§ About this exercise:
For the listing that follows, give again exactly the lines from the one with "f 241 244 243" to the one with "f 108 102 113", including both.

§ Listed records:
=== Section Start ===
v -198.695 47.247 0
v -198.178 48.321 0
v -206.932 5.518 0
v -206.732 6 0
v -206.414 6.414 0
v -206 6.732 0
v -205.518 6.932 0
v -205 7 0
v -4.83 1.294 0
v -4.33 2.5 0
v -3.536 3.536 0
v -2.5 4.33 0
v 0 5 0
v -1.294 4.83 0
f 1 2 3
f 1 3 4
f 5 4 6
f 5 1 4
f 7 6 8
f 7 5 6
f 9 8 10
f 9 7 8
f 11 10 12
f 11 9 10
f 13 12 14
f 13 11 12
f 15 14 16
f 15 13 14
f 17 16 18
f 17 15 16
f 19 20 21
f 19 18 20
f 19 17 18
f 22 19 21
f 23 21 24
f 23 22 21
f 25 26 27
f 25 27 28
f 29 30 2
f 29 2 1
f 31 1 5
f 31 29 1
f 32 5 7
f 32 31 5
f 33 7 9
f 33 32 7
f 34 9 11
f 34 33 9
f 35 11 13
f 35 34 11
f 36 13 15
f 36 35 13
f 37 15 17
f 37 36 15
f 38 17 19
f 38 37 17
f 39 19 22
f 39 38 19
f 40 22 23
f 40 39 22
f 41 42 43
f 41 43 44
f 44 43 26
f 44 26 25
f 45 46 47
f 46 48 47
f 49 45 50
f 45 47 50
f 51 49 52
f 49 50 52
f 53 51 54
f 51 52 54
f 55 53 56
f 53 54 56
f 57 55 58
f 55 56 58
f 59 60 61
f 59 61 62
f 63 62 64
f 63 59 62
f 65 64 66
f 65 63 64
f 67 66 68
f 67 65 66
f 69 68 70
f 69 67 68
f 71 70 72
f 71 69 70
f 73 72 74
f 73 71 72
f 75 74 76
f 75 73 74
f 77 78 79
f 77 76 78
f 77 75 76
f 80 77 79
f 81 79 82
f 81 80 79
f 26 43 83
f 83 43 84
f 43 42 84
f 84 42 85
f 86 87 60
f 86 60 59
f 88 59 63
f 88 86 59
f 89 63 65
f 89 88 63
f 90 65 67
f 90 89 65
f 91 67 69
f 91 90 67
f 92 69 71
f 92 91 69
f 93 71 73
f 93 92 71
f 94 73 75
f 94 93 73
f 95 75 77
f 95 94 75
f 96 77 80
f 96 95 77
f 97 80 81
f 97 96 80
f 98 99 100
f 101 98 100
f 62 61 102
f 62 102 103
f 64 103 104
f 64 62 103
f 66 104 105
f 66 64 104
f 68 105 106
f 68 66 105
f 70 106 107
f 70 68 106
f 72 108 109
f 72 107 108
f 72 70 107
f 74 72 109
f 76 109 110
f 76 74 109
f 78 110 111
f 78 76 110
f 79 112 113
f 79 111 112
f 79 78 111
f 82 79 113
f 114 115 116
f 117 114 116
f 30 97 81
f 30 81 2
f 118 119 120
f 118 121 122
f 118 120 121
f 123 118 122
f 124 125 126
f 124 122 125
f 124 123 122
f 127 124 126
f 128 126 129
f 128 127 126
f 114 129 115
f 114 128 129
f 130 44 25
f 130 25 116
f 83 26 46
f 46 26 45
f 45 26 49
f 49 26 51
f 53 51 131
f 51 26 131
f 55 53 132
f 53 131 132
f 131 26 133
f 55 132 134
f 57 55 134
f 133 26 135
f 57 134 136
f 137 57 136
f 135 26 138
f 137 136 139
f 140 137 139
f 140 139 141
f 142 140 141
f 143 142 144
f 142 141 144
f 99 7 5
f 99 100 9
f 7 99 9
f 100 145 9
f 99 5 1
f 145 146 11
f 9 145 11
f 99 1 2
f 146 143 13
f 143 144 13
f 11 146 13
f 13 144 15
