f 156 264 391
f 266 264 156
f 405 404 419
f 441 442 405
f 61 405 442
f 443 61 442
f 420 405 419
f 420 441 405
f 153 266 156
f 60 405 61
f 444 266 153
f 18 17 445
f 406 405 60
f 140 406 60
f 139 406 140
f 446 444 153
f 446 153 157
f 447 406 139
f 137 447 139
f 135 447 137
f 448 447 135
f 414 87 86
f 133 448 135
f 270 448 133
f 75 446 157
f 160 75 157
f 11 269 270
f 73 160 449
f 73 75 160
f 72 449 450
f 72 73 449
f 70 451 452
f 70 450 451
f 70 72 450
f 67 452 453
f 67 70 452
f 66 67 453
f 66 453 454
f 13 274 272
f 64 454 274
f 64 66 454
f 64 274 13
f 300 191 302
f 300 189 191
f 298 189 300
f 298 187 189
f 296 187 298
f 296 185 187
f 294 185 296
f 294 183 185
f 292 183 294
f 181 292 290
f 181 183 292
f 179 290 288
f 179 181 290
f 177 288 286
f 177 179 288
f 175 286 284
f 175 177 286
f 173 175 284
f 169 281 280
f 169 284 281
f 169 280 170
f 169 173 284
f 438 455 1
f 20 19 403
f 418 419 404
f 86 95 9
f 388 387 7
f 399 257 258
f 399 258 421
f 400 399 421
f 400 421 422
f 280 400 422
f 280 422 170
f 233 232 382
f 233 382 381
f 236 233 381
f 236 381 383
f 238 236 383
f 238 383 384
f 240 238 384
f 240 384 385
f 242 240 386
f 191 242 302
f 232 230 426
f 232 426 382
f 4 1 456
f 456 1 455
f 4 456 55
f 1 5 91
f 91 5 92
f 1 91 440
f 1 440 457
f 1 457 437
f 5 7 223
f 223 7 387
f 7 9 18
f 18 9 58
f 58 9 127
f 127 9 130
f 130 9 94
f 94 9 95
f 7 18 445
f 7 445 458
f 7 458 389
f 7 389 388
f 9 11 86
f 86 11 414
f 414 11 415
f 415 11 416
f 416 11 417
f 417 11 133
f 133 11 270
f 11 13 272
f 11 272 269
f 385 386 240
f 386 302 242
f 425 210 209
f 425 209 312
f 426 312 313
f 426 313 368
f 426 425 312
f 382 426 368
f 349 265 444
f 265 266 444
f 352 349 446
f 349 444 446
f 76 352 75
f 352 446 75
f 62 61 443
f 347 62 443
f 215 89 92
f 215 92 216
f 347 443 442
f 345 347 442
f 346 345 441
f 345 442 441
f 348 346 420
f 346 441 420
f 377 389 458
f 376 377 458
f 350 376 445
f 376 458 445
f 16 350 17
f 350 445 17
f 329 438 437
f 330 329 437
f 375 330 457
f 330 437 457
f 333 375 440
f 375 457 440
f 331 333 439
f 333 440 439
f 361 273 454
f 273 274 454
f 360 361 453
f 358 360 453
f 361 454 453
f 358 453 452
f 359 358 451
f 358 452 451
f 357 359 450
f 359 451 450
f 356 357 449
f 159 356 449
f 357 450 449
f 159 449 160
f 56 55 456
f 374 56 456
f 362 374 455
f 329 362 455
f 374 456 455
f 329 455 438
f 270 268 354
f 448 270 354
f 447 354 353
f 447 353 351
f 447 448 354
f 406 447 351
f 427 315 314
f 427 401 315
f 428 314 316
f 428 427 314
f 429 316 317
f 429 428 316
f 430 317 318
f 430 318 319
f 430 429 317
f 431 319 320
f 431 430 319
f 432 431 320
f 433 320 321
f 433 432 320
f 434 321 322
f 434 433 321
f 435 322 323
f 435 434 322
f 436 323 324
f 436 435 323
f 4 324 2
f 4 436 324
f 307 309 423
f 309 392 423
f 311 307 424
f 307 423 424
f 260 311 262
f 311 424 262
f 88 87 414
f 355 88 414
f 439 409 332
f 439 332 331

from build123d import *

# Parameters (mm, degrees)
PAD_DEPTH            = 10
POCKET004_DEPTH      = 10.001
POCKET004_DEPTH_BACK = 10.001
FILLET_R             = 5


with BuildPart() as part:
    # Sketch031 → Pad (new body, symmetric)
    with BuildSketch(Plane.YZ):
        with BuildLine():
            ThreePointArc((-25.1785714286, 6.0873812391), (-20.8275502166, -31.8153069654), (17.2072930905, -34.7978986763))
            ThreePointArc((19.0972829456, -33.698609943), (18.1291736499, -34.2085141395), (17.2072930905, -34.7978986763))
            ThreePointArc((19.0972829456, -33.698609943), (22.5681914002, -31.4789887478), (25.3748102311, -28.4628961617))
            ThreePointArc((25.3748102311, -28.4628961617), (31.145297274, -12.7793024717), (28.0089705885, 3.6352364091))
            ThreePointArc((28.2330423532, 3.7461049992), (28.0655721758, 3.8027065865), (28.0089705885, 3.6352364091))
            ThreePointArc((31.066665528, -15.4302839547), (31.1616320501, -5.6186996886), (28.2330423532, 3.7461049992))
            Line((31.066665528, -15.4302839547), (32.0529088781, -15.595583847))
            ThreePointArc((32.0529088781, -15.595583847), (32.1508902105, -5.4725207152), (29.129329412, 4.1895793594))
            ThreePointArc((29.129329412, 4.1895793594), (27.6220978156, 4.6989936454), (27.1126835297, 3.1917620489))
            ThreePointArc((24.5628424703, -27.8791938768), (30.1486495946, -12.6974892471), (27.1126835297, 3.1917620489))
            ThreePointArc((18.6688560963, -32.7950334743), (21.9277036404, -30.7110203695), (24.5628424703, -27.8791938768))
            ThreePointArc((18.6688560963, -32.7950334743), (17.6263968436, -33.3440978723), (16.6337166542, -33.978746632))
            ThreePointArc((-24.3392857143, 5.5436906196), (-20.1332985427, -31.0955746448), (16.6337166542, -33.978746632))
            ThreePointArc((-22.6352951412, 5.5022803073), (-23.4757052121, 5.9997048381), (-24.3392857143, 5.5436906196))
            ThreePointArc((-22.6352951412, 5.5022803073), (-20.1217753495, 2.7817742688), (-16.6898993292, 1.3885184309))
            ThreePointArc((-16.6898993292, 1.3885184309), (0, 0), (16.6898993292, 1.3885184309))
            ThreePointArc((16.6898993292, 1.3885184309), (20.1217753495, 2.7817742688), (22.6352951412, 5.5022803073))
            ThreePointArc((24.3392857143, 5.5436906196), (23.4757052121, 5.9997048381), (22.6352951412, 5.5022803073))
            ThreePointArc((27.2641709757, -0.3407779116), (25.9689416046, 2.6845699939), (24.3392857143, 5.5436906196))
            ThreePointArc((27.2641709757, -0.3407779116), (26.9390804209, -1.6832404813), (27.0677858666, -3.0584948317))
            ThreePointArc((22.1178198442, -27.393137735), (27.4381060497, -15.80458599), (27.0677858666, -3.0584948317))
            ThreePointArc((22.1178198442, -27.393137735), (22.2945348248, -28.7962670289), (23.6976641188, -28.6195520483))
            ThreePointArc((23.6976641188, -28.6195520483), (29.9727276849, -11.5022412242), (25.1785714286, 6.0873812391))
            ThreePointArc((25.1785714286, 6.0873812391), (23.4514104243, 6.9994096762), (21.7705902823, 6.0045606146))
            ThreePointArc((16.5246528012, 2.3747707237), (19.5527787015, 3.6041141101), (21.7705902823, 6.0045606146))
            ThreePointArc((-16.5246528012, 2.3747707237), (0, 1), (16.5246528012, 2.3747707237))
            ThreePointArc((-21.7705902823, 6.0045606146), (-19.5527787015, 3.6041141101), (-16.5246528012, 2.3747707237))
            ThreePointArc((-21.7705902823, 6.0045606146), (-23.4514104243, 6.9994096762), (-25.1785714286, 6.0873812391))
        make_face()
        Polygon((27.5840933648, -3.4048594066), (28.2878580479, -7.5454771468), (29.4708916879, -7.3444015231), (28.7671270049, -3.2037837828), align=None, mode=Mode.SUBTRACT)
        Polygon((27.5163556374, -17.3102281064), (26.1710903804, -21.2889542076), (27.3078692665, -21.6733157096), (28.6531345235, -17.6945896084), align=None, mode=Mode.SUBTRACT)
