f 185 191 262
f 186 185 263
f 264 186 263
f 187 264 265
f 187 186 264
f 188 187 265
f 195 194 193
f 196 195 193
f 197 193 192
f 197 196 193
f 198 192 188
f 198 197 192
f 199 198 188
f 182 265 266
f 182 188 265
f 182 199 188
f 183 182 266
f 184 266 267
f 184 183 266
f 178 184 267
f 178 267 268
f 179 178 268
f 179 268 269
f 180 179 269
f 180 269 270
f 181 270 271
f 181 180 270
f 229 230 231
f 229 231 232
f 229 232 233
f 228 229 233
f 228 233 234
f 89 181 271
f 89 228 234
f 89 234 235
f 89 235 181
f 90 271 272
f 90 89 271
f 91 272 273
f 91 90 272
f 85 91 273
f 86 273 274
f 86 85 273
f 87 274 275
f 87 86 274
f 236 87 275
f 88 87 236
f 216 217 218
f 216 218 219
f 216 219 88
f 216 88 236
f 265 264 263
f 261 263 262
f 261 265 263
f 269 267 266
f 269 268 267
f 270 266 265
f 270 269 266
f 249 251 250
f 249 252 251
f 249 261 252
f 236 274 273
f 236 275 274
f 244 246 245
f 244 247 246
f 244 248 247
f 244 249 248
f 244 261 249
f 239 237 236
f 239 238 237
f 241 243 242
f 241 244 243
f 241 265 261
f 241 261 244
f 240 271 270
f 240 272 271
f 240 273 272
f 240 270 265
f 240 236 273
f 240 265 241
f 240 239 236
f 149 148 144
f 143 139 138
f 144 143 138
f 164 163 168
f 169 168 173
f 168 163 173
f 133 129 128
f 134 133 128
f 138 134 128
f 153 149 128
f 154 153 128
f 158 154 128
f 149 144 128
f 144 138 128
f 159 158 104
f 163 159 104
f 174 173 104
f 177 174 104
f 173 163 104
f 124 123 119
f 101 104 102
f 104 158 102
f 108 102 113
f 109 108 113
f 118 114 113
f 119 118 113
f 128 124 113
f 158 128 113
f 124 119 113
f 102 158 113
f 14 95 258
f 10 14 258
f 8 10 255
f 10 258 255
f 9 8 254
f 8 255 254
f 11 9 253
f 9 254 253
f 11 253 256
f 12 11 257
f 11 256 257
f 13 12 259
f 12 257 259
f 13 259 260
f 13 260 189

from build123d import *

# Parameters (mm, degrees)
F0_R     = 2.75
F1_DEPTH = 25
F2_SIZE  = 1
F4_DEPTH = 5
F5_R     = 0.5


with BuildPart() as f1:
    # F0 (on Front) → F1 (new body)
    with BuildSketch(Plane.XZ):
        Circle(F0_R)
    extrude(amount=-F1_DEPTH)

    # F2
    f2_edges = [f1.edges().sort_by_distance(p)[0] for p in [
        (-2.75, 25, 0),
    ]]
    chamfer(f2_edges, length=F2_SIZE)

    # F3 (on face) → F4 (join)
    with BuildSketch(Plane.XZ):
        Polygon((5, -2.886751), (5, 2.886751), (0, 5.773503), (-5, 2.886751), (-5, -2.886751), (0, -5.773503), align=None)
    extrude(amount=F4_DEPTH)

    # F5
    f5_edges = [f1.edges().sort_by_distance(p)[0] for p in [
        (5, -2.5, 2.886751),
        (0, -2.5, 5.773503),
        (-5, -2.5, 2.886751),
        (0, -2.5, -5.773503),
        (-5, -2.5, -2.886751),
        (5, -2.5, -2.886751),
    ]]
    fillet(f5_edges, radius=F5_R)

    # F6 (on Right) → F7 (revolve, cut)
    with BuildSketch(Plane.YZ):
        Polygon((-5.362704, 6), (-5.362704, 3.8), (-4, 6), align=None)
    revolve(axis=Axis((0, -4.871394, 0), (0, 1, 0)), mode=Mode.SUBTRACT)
=== Section End ===
§ Problem solution:
f 241 244 243
f 241 265 261
f 241 261 244
f 240 271 270
f 240 272 271
f 240 273 272
f 240 270 265
f 240 236 273
f 240 265 241
f 240 239 236
f 149 148 144
f 143 139 138
f 144 143 138
f 164 163 168
f 169 168 173
f 168 163 173
f 133 129 128
f 134 133 128
f 138 134 128
f 153 149 128
f 154 153 128
f 158 154 128
f 149 144 128
f 144 138 128
f 159 158 104
f 163 159 104
f 174 173 104
f 177 174 104
f 173 163 104
f 124 123 119
f 101 104 102
f 104 158 102
f 108 102 113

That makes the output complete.